The procedure is that on Wed/Thur an evaluation of the fields will be done by the complex operators, another evaluation will be made on Friday morning (assuming clear skys).  

Generally speaking, the complex to "close" first is always Oceanside, due to a construction defect of sorts (built on a silica mine that is settling causing drainage issues), Silverlakes and Galway are generally fairly good at taking on and absorbing reasonable amounts of water, but once waterlogged, they will close too.  San Bernardino has a professional field management team, so they will be in much better shape than in years past, but San Bernardino still is going through a multi-year renovation.

The facilities that are built on a USGA sand base are by far in the best shape, but nothing out here, to my knowledge, achieves the ideal 12" sand base, which is capable of absorbing an 1"+ of rain within an hour.  So we basically have mostly native soil complexes, with dormant bermuda grass (some are overseeded) that can handle about 1/4 to 1/2 inch of rain 24 hours before play time.

That said, if the forecast is for more than .5 inch on Saturday, expect most facilities to shutdown.


----------



## socalkdg (Jan 29, 2019)

If fields close for a weekend, do following weekends get pushed back for other age groups so that makeups can get played?


----------



## MWN (Jan 29, 2019)

socalkdg said:


> If fields close for a weekend, do following weekends get pushed back for other age groups so that makeups can get played?


Cal South builds in "Rain Dates" to the schedule every few weeks to give it a buffer, its possible that some ages do get pushed back.


----------



## Goforgoal (Jan 29, 2019)

Update posted this afternoon ...

*> WEATHER . . (Updated: Tuesday Jan 29 @ 2:00PM). . All venues remain open for play, BUT, State Cup is closely monitoring the forecast for Feb 2-3. A decision to play Feb 2-3 will be posted here by Wednesday evening and emails will also be sent to all listed Team Administrators.*


----------



## Marv (Jan 29, 2019)

Thank you all for the good info


----------



## MWN (Jan 30, 2019)

I just checked the weather forecast for Temecula (Galway Downs), Norco (Silverlakes), Oceanside (SoCal Soccer Complex) San Bernardino (SB Soccer Complex), and Lancaster (Soccer Complex).

Thursday calls for .5" at all locals.
Saturday call for .5" at Oceanside and Lancaster; and 1-2" at Galway, Silverlakes and San Bernardino.

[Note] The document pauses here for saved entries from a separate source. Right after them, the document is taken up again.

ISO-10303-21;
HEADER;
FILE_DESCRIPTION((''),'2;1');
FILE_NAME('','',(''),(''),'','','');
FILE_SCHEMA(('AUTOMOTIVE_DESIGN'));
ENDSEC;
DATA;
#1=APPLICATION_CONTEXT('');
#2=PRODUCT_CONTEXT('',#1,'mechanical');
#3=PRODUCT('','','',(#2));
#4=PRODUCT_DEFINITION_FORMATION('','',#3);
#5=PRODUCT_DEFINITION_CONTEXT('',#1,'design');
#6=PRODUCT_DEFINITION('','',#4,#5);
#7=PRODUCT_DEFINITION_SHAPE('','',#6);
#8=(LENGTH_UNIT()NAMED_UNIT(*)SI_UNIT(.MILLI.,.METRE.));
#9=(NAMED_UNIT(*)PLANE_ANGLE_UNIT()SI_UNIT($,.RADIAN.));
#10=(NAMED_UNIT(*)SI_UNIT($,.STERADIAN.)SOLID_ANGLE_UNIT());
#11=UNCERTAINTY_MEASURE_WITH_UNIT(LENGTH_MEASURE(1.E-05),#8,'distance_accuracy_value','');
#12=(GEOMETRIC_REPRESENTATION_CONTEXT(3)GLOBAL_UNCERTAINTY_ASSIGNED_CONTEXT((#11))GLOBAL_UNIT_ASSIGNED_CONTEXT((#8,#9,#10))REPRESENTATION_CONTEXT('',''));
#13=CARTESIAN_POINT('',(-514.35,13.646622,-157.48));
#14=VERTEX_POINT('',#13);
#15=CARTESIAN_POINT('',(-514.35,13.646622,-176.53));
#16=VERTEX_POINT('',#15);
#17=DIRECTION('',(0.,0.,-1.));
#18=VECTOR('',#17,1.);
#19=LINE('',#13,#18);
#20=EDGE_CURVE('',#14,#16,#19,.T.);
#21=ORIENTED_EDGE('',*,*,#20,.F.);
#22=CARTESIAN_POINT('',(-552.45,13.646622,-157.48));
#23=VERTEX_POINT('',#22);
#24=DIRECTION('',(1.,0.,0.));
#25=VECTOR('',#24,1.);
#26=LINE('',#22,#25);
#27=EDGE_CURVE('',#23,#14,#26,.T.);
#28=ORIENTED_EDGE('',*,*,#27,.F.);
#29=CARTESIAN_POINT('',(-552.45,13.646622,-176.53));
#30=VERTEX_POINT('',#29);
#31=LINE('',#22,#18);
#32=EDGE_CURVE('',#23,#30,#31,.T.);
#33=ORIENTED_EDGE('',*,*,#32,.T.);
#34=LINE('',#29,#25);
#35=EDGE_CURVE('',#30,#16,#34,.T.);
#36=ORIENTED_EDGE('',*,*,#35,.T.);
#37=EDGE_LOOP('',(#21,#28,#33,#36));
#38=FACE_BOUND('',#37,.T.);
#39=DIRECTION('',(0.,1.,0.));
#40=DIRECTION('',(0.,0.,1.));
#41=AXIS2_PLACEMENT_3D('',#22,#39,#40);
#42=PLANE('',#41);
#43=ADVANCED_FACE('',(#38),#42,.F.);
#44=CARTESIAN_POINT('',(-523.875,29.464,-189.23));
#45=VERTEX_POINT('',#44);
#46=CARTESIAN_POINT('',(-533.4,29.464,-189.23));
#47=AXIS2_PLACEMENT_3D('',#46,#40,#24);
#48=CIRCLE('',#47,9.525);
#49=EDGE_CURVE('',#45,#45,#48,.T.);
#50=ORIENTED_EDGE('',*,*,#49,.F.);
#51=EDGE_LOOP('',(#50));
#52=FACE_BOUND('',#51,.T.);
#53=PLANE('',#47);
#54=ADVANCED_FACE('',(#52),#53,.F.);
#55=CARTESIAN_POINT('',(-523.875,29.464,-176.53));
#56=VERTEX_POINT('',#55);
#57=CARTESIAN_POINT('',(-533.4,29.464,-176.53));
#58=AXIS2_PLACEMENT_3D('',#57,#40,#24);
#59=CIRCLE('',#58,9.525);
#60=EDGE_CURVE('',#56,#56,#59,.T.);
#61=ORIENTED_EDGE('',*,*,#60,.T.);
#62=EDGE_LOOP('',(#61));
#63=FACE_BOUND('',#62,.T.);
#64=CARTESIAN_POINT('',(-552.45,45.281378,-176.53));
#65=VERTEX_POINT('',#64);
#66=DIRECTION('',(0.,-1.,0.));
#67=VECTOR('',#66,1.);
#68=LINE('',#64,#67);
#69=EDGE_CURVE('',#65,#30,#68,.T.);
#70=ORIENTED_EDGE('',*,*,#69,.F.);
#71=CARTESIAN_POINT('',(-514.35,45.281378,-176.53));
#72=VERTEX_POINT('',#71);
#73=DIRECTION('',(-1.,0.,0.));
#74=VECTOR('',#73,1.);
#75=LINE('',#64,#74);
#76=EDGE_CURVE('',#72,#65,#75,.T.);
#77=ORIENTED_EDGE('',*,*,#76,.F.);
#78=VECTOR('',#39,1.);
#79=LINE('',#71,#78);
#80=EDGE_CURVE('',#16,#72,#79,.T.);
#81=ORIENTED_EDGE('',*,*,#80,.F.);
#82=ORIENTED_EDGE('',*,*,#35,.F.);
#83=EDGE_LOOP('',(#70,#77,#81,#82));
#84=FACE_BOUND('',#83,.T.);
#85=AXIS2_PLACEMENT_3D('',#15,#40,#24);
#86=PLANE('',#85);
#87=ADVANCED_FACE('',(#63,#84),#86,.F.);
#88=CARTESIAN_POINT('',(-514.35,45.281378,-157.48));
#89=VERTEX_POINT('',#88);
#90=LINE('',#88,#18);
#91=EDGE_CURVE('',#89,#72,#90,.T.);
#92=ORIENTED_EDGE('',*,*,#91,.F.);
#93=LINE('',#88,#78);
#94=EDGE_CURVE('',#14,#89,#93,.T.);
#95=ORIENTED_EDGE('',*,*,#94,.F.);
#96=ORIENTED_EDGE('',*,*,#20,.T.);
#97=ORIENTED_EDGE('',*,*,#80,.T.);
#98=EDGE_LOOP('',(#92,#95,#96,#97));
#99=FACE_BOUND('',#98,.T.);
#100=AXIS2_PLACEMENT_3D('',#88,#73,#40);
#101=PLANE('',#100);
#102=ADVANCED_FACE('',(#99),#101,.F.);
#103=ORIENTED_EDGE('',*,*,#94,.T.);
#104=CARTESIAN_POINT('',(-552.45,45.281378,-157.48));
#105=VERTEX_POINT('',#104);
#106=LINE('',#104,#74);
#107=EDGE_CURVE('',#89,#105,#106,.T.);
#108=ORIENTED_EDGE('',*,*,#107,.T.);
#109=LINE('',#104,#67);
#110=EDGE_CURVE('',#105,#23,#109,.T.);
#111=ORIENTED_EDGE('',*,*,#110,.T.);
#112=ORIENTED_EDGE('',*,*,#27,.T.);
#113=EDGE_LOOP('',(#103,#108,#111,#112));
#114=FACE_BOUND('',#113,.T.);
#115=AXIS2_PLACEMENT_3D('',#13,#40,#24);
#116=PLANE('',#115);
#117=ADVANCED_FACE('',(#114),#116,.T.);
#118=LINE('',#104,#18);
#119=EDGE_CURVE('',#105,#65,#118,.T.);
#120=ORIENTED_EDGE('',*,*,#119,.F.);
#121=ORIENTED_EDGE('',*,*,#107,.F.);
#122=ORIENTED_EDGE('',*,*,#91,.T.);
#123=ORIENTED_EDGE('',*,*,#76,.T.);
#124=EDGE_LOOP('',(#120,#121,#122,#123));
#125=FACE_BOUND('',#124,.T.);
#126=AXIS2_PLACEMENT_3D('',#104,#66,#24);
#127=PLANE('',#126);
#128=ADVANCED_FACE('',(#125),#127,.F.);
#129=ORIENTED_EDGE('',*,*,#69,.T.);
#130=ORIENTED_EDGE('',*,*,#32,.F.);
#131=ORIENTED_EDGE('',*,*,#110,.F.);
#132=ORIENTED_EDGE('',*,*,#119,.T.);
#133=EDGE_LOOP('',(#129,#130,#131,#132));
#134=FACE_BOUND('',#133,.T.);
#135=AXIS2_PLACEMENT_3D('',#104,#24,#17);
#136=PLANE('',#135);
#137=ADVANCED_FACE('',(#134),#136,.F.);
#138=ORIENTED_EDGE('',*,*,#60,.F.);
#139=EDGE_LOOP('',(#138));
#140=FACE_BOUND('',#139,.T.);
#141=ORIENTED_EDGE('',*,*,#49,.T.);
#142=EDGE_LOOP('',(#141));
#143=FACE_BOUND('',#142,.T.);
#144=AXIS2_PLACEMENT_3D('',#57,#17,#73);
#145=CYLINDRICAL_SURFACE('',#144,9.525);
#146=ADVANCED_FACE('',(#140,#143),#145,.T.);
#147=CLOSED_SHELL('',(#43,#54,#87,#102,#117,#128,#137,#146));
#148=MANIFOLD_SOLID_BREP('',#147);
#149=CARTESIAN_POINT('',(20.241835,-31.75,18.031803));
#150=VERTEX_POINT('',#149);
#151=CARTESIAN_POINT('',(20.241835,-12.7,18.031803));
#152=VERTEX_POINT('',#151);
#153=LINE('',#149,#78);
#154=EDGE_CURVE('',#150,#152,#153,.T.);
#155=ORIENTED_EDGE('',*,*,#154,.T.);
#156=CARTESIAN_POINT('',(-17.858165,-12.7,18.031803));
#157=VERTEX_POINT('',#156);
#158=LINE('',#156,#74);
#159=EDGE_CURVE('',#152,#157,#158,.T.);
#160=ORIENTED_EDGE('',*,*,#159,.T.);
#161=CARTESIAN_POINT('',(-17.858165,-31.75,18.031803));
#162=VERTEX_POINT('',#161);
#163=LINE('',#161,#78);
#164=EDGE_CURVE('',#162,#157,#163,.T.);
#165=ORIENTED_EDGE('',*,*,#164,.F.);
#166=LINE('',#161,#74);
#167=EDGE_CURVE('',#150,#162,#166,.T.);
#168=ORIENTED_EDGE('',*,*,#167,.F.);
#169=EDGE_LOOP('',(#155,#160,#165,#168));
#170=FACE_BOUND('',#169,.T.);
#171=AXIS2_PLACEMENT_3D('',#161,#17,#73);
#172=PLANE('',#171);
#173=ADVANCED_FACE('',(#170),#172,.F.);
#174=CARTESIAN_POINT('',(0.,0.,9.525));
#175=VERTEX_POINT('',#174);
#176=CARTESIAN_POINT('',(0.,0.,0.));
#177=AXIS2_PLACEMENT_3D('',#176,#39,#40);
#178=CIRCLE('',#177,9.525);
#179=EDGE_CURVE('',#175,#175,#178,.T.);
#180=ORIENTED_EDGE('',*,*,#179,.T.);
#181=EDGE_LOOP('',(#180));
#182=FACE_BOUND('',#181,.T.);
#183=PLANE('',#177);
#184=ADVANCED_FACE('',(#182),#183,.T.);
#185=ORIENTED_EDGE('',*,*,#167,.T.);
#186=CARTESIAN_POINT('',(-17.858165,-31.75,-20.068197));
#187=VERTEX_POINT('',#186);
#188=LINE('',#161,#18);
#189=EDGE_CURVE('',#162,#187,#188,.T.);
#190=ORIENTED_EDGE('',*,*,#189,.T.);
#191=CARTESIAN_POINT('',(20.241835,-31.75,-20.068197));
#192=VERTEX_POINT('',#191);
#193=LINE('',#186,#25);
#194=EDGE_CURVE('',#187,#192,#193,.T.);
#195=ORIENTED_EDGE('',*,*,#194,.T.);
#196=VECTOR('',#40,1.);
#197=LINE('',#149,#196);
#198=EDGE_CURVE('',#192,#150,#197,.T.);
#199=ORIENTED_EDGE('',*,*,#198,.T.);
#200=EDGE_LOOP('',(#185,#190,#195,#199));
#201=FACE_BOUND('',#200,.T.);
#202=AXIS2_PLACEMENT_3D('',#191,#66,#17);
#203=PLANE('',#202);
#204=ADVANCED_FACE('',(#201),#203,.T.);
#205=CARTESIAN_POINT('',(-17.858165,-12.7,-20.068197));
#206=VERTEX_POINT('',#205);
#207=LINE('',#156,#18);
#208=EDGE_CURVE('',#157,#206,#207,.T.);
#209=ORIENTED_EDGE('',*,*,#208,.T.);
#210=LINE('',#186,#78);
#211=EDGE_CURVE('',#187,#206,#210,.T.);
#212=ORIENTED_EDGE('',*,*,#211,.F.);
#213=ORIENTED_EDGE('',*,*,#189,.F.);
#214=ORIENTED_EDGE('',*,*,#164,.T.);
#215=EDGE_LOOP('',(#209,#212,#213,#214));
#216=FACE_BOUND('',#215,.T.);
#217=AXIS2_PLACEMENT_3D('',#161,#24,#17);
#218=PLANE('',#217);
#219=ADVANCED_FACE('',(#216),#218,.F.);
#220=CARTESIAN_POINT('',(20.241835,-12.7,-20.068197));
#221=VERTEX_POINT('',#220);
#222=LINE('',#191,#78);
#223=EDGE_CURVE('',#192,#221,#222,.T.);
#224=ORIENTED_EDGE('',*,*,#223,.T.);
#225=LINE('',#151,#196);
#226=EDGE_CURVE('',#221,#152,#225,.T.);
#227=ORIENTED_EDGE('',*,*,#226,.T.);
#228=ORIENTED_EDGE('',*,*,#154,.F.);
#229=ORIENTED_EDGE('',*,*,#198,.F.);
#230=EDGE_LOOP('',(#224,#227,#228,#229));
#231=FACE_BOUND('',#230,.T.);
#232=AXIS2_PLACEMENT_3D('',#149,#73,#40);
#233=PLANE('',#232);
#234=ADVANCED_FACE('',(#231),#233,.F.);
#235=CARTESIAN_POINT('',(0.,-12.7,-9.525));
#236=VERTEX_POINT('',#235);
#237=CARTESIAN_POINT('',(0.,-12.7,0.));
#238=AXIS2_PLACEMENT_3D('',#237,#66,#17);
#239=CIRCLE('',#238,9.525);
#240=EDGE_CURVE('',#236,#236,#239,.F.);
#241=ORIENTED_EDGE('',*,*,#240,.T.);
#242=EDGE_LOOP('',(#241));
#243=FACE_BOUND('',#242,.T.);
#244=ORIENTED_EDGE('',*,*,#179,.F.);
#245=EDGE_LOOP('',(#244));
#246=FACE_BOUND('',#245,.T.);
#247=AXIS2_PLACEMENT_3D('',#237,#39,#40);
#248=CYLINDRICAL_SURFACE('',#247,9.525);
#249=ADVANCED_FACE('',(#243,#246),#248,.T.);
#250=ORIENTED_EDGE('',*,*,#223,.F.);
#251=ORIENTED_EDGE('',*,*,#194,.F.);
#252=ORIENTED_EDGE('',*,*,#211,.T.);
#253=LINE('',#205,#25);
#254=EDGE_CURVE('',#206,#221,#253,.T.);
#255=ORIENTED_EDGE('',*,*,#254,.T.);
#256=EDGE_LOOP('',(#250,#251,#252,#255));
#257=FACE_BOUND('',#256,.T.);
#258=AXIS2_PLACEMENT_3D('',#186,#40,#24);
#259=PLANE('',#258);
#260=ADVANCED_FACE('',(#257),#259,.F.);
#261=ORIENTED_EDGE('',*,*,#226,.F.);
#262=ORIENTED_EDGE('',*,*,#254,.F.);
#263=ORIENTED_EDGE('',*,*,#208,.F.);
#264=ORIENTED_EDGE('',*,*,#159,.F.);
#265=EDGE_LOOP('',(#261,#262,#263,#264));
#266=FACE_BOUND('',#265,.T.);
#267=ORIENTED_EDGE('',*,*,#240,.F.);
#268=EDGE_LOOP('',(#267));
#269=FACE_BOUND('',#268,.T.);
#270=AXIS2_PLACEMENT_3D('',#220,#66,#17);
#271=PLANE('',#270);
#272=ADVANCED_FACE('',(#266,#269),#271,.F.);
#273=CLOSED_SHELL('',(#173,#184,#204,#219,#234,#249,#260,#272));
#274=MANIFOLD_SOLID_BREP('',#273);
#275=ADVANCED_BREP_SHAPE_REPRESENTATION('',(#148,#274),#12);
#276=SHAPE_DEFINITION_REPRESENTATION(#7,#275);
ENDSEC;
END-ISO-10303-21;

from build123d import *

# Parameters (mm, degrees)
SKETCH1_R      = 9.525
EXTRUDE1_DEPTH = 12.7
SKETCH2_W      = 38.1
SKETCH2_H      = 38.1
EXTRUDE2_DEPTH = 19.05
SKETCH3_R      = 9.525
EXTRUDE3_DEPTH = 12.7
SKETCH4_W      = 38.1
SKETCH4_H      = 31.634756462
EXTRUDE4_DEPTH = 19.05


with BuildPart() as part:
    # Sketch1 → Extrude1 (new body)
    with BuildSketch(Plane(origin=(0, 0, 0), x_dir=(1, 0, 0), z_dir=(0, 1, 0))):
        with Locations(Location((0, 0, 0), (0, 0, 270))):
            Circle(SKETCH1_R)
    extrude(amount=-EXTRUDE1_DEPTH)

    # Sketch2 → Extrude2 (add)
    with BuildSketch(Plane.XZ.offset(12.7)):
        with Locations((1.191835115, -1.018196851)):
            Rectangle(SKETCH2_W, SKETCH2_H)
    extrude(amount=EXTRUDE2_DEPTH)


with BuildPart() as body_2:
    # Sketch3 → Extrude3 (new body)
    with BuildSketch(Plane.XY.offset(-189.23)):
        with Locations((-533.4, 29.464)):
            Circle(SKETCH3_R)
    extrude(amount=EXTRUDE3_DEPTH)

    # Sketch4 → Extrude4 (add)
    with BuildSketch(Plane.XY.offset(-176.53)):
        with Locations((-533.4, 29.464)):
            Rectangle(SKETCH4_W, SKETCH4_H)
    extrude(amount=EXTRUDE4_DEPTH)


solid = Compound([part.part, body_2.part])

My Wednesday morning prediction is Cal South suspends state cup this weekend.


----------



## Marv (Jan 30, 2019)

MWN said:


> I just checked the weather forecast for Temecula (Galway Downs), Norco (Silverlakes), Oceanside (SoCal Soccer Complex) San Bernardino (SB Soccer Complex), and Lancaster (Soccer Complex).
> 
> Thursday calls for .5" at all locals.
> Saturday call for .5" at Oceanside and Lancaster; and 1-2" at Galway, Silverlakes and San Bernardino.
> ...


You were correct it’s canceled. Silver lakes is still up in the air


----------



## LASTMAN14 (Jan 30, 2019)

Marv said:


> You were correct it’s canceled. Silver lakes is still up in the air


They will probably suspend SL so that all games are played at one time. Our DA game was proactively moved to our home field (turf) with rain looming.


----------



## Surfref (Jan 30, 2019)

Marv said:


> Hello everyone I did a search and didn’t find anything on this subject... Anyone on here from Cal south have any input on the possibility of games rescheduling for this weekend? As many parents I’m trying to schedule my weekend but I wonder if they will reschedule since they already did it once for this tournament.
> 
> If someone already asked this my bad. Thank you.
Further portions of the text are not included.